On Being Late

In Costa Rica, when someone says, “I’ll be there in five minutes,” five minutes can be anything from 10 to 15 (to even an hour), depending on the context. When I was living back home, I knew that in most situations, being five minutes late somewhere was not a big deal. Dance classes would start roughly at 5:05 p.m., not 5’o clock; coffee with a friend around 4:30 p.m., not the planned 4:00 p.m.; your mom saying you are leaving at 9:00 a.m., but you know it’s really 9:15.

When I moved to the States for college, I was surprised at how much importance is given to every minute in this country. I now understand why the expression “time is money”exists. Being late is considered rude and selfish by social norm. Lateness in the United States means being a couple of minutes behind scheduled time. Lateness in Costa Rica (and I could argue Latin America) means being over a half hour late or more. There is a different perception of time and a different rhythm of life in the countries. In Spain, people have dinner at 10 or 11 p.m. and in the United States it is normally around 6 or 7 p.m.

Time is a societal, cultural construct. But, even so it has consequences in our lives. When I started college, I experienced complete culture shock. I was moving at my own time and my own inner clock was still working according to the norms I learned back home. I never saw a problem in entering a class five minutes late, until I realized I was being offensive to my professor and fellow students without meaning to. I have realized the importance of time in interpersonal relationships, and I am working at being punctual. I have to push myself (because it’s a challenge) to be on time, and ‘on time’ by North-American standards. But, those couple of minutes that make the difference always seem to be rushing past me: encapsulated in small situations that only make me realize how ironic (and comedic) life can be.

1. Mornings—they are just crowded with possibilities for lateness, even more when you aren’t a morning person. Every morning is full of wonders:

The snooze button on your phone is a big ally to tardiness, and you know it, but you still want five more minutes in bed (because they tend to be very long five minutes.)

An even better trick is when you set up the alarm, but mistake the AM for the PM settings. Do not fear, your alarm will go off 12 hours after you actually needed it.
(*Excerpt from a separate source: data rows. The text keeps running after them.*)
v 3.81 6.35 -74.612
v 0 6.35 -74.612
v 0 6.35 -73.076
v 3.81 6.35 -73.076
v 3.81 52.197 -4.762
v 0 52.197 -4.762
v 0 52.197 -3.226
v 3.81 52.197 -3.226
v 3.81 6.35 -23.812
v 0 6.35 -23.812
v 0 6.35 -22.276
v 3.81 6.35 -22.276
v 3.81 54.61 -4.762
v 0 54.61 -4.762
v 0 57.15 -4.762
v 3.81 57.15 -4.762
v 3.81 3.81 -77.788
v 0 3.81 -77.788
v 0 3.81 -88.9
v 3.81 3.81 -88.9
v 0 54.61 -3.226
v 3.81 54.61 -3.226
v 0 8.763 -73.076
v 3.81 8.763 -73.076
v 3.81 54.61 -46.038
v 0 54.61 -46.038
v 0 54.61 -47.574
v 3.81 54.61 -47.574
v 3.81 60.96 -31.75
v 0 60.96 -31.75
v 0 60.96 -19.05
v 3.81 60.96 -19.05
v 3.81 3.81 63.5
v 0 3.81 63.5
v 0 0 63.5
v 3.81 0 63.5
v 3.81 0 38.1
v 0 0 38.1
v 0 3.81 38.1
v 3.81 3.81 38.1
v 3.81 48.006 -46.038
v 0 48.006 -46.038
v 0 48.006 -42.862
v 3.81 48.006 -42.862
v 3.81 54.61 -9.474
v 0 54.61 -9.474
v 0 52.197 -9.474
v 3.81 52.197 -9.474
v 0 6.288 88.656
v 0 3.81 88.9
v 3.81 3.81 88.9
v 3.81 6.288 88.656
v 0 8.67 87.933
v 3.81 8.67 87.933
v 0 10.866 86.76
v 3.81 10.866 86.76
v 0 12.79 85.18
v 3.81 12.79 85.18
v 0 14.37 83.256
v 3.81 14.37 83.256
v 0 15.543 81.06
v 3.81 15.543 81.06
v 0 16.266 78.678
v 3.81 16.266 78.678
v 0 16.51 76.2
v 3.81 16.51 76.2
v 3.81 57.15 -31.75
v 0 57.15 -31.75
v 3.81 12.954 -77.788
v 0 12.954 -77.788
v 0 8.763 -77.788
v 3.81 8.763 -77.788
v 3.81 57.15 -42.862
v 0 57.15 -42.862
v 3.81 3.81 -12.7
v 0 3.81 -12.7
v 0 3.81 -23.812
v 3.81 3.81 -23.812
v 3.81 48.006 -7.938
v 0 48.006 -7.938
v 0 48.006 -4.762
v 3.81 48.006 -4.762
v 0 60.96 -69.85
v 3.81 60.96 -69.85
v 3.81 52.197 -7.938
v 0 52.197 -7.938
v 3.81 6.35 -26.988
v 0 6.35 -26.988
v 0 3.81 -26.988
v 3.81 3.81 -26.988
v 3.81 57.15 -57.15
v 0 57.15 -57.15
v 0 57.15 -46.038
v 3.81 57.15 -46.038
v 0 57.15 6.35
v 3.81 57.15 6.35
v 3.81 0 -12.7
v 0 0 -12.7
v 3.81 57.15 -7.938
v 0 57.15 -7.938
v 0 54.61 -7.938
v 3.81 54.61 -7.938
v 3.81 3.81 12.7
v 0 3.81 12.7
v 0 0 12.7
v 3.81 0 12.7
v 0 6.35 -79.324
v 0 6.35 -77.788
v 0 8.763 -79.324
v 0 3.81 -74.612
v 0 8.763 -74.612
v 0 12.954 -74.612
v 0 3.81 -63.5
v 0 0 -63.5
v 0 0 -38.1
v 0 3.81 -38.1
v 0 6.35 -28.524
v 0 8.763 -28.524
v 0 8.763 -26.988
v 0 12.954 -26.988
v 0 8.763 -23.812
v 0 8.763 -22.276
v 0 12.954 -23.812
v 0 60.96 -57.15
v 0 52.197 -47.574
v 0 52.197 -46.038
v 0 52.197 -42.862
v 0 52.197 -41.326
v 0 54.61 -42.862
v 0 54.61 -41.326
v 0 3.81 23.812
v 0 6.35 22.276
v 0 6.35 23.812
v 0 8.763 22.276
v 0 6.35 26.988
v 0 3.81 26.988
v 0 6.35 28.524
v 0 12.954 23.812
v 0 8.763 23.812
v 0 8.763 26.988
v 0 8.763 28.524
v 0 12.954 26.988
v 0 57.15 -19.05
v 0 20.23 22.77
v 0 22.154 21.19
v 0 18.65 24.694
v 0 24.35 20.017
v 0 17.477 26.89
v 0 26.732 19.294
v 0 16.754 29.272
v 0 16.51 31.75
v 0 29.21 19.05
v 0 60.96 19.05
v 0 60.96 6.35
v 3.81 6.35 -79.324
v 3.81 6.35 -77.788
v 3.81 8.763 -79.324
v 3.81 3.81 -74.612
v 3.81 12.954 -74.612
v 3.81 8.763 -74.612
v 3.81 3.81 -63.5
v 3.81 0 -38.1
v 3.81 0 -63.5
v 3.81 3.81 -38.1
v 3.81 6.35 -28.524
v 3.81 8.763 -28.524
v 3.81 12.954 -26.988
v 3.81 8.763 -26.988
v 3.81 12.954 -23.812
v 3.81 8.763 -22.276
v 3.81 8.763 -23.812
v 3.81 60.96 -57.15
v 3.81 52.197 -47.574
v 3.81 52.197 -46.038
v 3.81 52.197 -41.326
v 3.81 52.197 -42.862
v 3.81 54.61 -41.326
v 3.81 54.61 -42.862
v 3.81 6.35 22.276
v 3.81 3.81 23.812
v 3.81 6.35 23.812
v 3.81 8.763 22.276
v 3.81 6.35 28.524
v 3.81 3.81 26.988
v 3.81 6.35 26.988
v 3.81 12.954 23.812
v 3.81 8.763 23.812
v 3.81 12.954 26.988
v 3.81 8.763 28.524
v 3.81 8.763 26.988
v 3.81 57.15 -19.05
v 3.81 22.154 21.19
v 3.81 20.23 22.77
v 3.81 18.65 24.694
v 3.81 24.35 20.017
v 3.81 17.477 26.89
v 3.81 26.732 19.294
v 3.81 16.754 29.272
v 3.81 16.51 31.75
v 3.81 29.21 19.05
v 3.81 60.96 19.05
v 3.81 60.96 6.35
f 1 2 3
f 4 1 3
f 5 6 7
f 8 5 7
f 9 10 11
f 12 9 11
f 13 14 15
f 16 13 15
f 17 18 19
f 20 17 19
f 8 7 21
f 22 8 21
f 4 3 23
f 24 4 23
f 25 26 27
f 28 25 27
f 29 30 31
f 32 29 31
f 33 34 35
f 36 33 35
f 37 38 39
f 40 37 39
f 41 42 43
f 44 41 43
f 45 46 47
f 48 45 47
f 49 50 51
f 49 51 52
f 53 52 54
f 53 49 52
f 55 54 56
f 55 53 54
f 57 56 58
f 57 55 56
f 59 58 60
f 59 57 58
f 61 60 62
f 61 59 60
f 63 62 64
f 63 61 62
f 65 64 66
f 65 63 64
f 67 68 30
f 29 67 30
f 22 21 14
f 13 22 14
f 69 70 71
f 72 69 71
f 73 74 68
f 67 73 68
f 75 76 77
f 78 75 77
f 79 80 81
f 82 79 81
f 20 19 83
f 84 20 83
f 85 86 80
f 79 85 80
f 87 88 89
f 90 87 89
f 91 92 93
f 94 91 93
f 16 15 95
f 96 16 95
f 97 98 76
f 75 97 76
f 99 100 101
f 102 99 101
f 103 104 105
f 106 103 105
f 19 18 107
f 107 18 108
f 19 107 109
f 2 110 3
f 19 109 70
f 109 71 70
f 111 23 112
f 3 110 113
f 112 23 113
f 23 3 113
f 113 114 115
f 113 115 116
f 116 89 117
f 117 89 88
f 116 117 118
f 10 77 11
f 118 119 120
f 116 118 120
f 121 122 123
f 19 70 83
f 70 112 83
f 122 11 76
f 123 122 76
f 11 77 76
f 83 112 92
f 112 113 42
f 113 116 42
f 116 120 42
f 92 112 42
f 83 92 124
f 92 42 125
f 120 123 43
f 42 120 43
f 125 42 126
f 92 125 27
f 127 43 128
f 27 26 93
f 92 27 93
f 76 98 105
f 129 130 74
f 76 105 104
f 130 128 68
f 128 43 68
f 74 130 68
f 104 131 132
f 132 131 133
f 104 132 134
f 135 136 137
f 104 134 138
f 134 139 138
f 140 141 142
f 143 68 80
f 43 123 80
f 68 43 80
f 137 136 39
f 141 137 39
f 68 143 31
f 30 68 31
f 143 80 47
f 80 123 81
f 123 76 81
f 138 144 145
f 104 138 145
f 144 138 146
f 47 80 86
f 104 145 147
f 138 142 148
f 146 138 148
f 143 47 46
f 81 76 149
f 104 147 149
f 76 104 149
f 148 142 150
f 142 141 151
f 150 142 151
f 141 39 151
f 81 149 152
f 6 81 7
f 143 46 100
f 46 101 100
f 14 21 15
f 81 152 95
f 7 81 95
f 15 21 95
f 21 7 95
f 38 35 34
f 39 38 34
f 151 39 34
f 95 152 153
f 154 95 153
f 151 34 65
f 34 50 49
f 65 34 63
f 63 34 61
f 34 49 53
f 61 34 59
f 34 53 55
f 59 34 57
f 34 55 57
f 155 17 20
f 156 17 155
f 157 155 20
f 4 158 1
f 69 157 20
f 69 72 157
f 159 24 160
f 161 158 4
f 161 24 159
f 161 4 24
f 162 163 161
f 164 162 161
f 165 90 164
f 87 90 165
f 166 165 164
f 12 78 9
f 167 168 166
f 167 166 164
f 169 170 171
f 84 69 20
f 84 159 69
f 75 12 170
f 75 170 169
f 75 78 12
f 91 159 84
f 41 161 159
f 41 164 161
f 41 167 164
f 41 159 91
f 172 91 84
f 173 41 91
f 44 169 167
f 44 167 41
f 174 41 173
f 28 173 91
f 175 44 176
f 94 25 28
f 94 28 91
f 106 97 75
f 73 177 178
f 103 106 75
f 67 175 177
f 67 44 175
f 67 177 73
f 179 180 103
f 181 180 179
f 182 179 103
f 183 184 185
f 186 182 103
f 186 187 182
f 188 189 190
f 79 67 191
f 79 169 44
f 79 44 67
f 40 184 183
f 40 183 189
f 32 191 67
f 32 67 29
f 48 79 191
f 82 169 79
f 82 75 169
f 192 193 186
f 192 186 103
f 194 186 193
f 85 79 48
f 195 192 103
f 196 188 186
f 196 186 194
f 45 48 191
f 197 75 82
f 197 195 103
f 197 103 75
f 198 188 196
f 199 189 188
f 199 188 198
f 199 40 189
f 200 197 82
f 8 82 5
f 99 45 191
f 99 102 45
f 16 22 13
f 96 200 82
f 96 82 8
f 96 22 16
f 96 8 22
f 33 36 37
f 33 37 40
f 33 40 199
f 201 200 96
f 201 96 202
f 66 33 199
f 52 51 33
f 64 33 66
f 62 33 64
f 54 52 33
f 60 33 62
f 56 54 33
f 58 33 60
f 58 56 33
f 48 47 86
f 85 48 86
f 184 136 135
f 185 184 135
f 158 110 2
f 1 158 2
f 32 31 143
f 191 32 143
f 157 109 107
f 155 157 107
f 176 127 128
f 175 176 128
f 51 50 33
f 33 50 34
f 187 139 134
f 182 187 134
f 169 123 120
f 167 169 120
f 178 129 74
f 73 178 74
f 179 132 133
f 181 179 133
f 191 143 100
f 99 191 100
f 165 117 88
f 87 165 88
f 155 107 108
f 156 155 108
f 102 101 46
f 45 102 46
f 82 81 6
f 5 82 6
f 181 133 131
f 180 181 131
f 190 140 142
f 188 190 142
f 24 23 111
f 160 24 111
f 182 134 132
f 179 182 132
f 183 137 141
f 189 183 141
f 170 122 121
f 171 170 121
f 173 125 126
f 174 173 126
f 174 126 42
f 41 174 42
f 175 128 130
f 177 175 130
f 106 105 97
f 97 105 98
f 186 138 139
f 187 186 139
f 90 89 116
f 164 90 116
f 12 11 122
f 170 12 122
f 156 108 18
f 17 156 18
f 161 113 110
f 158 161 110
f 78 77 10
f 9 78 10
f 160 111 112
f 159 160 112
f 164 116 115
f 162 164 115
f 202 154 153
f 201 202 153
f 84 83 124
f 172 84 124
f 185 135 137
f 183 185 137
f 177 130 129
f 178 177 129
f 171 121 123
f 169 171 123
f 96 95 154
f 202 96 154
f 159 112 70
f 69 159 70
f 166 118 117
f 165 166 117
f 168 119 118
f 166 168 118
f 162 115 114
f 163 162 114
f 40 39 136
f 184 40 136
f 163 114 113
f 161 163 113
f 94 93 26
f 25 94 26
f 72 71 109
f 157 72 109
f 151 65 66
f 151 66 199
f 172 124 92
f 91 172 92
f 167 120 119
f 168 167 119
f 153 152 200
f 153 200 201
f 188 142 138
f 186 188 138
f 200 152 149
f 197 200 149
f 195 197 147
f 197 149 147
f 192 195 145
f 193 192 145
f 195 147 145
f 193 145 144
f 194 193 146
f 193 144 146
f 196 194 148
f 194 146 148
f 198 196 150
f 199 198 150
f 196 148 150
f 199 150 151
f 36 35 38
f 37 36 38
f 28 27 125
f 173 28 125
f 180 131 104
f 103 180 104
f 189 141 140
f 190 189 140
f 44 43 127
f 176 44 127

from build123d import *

# Parameters (mm, degrees)
BOSS_EXTRUDE1_DEPTH     = 3.81
CUT_EXTRUDE1_DEPTH      = 108.860315687
CUT_EXTRUDE1_DEPTH_BACK = 108.860315687
FILLET3_START           = -1
FILLET3_DEPTH           = 6
FILLET3_2_DEPTH         = 3.81


with BuildPart() as part:
    # Sketch1 → Boss-Extrude1 (new body)
    with BuildSketch(Plane(origin=(0, 0, 0), x_dir=(0, 0, -1), z_dir=(1, 0, 0))):
        Polygon((-88.9, 3.81), (-63.5, 3.81), (-63.5, 0), (-38.1, 0), (-38.1, 3.81), (-26.9875, 3.81), (-26.9875, 6.35), (-28.5242, 6.35), (-28.5242, 8.763), (-26.9875, 8.763), (-26.9875, 12.954), (-23.8125, 12.954), (-23.8125, 8.763), (-22.2758, 8.763), (-22.2758, 6.35), (-23.8125, 6.35), (-23.8125, 3.81), (-12.7, 3.81), (-12.7, 0), (12.7, 0), (12.7, 3.81), (23.8125, 3.81), (23.8125, 6.35), (22.2758, 6.35), (22.2758, 8.763), (23.8125, 8.763), (23.8125, 12.954), (26.9875, 12.954), (26.9875, 8.763), (28.5242, 8.763), (28.5242, 6.35), (26.9875, 6.35), (26.9875, 3.81), (38.1, 3.81), (38.1, 0), (63.5, 0), (63.5, 3.81), (74.6125, 3.81), (74.6125, 6.35), (73.0758, 6.35), (73.0758, 8.763), (74.6125, 8.763), (74.6125, 12.954), (77.7875, 12.954), (77.7875, 8.763), (79.3242, 8.763), (79.3242, 6.35), (77.7875, 6.35), (77.7875, 3.81), (88.9, 3.81), (69.85, 60.96), (57.15, 60.96), (57.15, 57.15), (46.0375, 57.15), (46.0375, 54.61), (47.5742, 54.61), (47.5742, 52.197), (46.0375, 52.197), (46.0375, 48.006), (42.8625, 48.006), (42.8625, 52.197), (41.3258, 52.197), (41.3258, 54.61), (42.8625, 54.61), (42.8625, 57.15), (31.75, 57.15), (31.75, 60.96), (19.05, 60.96), (19.05, 57.15), (7.9375, 57.15), (7.9375, 54.61), (9.4742, 54.61), (9.4742, 52.197), (7.9375, 52.197), (7.9375, 48.006), (4.7625, 48.006), (4.7625, 52.197), (3.2258, 52.197), (3.2258, 54.61), (4.7625, 54.61), (4.7625, 57.15), (-6.35, 57.15), (-6.35, 60.96), (-19.05, 60.96), (-88.9, 16.51), align=None)
    extrude(amount=BOSS_EXTRUDE1_DEPTH)

    # Sketch2 → Cut-Extrude1 (cut, two sides: drawn at the far end of the back side and taken through both)
    with BuildSketch(Plane(origin=(0, 0, 0), x_dir=(0, 0, -1), z_dir=(1, 0, 0)).offset(-CUT_EXTRUDE1_DEPTH_BACK)):
        Polygon((-37.957173184, 48.928162519), (-88.9, 16.51), (-19.05, 16.51), (-19.05, 60.96), align=None)
    extrude(amount=CUT_EXTRUDE1_DEPTH + CUT_EXTRUDE1_DEPTH_BACK, mode=Mode.SUBTRACT)

    # Fillet3: read off the stored shape, not the designer's step
    # Fillet3 outline → Fillet3 (cut)
    with BuildSketch(Plane.YZ.offset(FILLET3_START)):
        with BuildLine():
            ThreePointArc((3.81, 88.9), (12.790256121, 85.180256121), (16.51, 76.2))
            Line((16.51, 76.2), (16.51, 88.9))
            Line((16.51, 88.9), (3.81, 88.9))
        make_face()
    extrude(amount=FILLET3_DEPTH, mode=Mode.SUBTRACT)

    # Fillet3 2 outline → Fillet3 2 (add)
    with BuildSketch(Plane.YZ):
        with BuildLine():
            ThreePointArc((29.21, 19.05), (20.229743879, 22.769743879), (16.51, 31.75))
            Line((16.51, 31.75), (16.51, 19.05))
            Line((16.51, 19.05), (29.21, 19.05))
        make_face()
    extrude(amount=FILLET3_2_DEPTH)


solid = part.part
Once, and if, you make it out of bed you will already be haunted by the ghost of tardiness. Proceed to get showered and dressed. But, you have to change shirts five different times because it’s that kind of day and nothing feels okay on you. Or, it could be a bad hair day. Regardless, either one will require attention and the extra minutes that are your enemies.

Just when you lock the door behind you, you will realize you left the keys, phone or wallet behind. Sometimes even the full backpack. Now, go find them and run!

2. The Trek—once you are late, getting to wherever you are going will be a trek. And, your anxiety about being on time but knowing that time has been lost will make it even harder. But, it’s okay because you can always find something to blame it on: 

The T, because you know the green line sucks. And public transportation is a disaster and out of your hands.

The traffic, because your teacher or boss can’t really know for a fact whether that accident or construction was actually happening.

The weather, especially during the winter. It’s always the snow’s fault. Always!

3. Arriving—that is the moment between the trek and the moment where you actually arrive. When you sit down in class or meet with a friend or check in at work. Those final little seconds are always key.

But, Murphy’s Law is always playing with you. The elevators will always be too crowded. This is especially the case in a school like Emerson, where the ratio of people to elevators is messed up. When you open the door to a building, and you have two minutes left to be almost on time, but there is a line for the elevator, you are doomed. 

Or you will run into someone that talks a lo, and you really don’t want to be rude and you have to go, but they insist for a quick little chat.

Or it will take forever to find a good parking space.

Or you will need to run to the bathroom because you can’t hold it and there is no other option.

These are some of the ironies in my daily life that sometimes hold me back from being on time. I like to look at them in retrospective and laugh, although I now understand cultural norms of time. I am trying to improve my punctuality, but no one is perfect and it’s important to be able to laugh at yourself.

Although I mock being late, I only do it because I appreciate seeing the differences in social contexts in relation with time. While being late is rude—and I have come to understand that—I also think that time should not be taken so seriously. Always judging according to the right context and, most importantly, knowing that taking life with some humor will make you a happier person.